We may spin this idea a bit further and use the diffraction pattern of a circular aperature to define the resolution of a microscope or of an optical system in general. We would like to answer the question: How close can be place two objects to be still resolved as two objects when imaged by a lens. To answer that question we first have to understand the action of a lens in wave optics. It does two things. It first of course alters the curvature of the wavefronts such that a plane wave is focused towards the focal point on the other side of the lens. The second effect ist, that the lense has a finite size, such that it can not collect all of the plane wavefront to be focused. It just cuts out a circular part. This effect corresponds to the diffraction on a circular aperture.

Fig.:

Corresponding to the above picture, we therefore create a diffraction patter for each point source on the left side. The closer the two sources come,the more will the twio diffraction patterns merge on the other side. The resolving power of a microscope may now be defined in various ways. We will refer to the definition by Rayleigh, called the Reighleigh criterion, sketched below.

Fig.: $.

The Rayleigh criterion defines two objects as still resolvable, if the maximum of the second diffraction pattern is located at the first minimum of the first diffraction pattern (see sketch above). In this case the sum of the two intensity distribution will have a minimum between the two peaks, where the intensity is reduced by 26%. Note that in this case we refer to two light sources which are incoherent, such that we do not have to consider interference.

According to the figure above, the diffraction angle for the first minimum is given by

\[\sin(\theta_1)=0.61\frac{\lambda}{R}\]

In the case of small angles, we can approximate

\[\sin(\theta_1)=\frac{d}{b}\]

where d is the distance between \(P_1^{\prime}\) and \(P_1^{\prime}\), which then gives together with the first equation

\[d=0.61\frac{\lambda}{R}b\]

On the other side, we know from the imaging equation, that

\[\frac{\Delta d}{d}=\frac{g}{b}\]

Combining both equations will yield

\[\Delta d=0.61\lambda \frac{g}{R}\approx 0.61\lambda \frac{1}{\sin(\alpha)}\]

where \(\alpha\) is the angle under which the light is collected on the object side. We can introduce a new quantity, which contains that collection angle \(\alpha\). This quantity is the numerical aperture

\[NA=n\sin(\alpha)\]

and \(n\) is refractive index of the medium in which the lens is placed (was \(n=1\) here so far). Together we therefore obtain for the Rayleigh criterium of a lens (microscope or telecope)

\[\Delta d=0.61\frac{\lambda}{NA}\]

Rayleigh resolution criterium

The Rayleigh resolution criterium states, that two incoherent light sources can still be resolved as two independent sources, if their distance \(\Delta d\) is larger or equal to the wavelength divided by the numerical aperature of the lens used for imaging.

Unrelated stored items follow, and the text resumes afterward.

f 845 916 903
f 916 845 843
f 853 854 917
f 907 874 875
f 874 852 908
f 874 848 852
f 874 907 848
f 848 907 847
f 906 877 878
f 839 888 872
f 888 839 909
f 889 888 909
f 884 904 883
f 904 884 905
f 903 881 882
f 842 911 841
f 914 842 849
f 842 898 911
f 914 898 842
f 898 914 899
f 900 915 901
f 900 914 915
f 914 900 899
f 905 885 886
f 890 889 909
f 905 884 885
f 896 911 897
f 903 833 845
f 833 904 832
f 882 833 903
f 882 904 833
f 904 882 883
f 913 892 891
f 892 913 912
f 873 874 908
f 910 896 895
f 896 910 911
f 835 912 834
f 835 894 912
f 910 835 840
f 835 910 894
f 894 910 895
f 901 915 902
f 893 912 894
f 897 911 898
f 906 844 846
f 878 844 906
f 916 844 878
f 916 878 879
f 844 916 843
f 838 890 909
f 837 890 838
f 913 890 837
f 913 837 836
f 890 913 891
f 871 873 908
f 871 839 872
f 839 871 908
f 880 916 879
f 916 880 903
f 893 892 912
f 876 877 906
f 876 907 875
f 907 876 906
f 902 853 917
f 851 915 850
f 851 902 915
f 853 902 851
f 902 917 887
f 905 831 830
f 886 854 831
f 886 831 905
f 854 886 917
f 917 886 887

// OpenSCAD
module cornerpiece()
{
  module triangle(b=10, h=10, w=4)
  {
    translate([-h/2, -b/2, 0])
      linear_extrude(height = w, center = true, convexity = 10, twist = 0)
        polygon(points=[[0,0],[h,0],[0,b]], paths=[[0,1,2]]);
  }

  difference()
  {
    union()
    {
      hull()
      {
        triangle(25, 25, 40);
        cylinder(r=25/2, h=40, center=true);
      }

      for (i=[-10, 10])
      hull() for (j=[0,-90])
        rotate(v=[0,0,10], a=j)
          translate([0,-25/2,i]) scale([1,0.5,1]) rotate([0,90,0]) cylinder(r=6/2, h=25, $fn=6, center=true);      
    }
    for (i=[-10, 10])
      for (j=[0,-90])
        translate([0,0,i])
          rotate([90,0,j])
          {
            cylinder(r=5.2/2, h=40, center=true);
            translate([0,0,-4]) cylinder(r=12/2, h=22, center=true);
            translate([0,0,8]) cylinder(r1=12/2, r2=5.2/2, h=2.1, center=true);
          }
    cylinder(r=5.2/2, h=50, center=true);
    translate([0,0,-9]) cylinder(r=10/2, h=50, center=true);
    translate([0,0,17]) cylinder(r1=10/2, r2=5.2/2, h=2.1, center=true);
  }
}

\[\Delta d\ge 0.61\frac{\lambda}{NA}\]

The numerical aperture is given by \(NA=n\sin(\alpha)\) by the refractive index of the medium surrounding the lens times the sine of the opening angle under which the lens collects light. The numerical aperature of a lens in air is consequently smaller than 1. Lenses in other media than air like in water or oil are called immersion lenses and have a refractive index being at maximum the refractive index of the medium.

Loosly speaking you may see this formula as the following. If light emerges from point \(P_1\) in form of a spherical wave of wavelength \(\lambda\), then a larger collection angle \(\alpha\) means better information about where the light actually originated from. You collect more of the spherical wavefront for a larger angle.

Resolution Definition by Abbe

While we considered before the spacing between two diffraction patterns resulting from wo incoherent point-like light sources. The definition of the resolution by Abbe refers to two coherent light sources. If we have two coherent light sources, we cannot just sum up both intensity distributions, but we have to calculate the total amplitude first before we may determine the total intensity.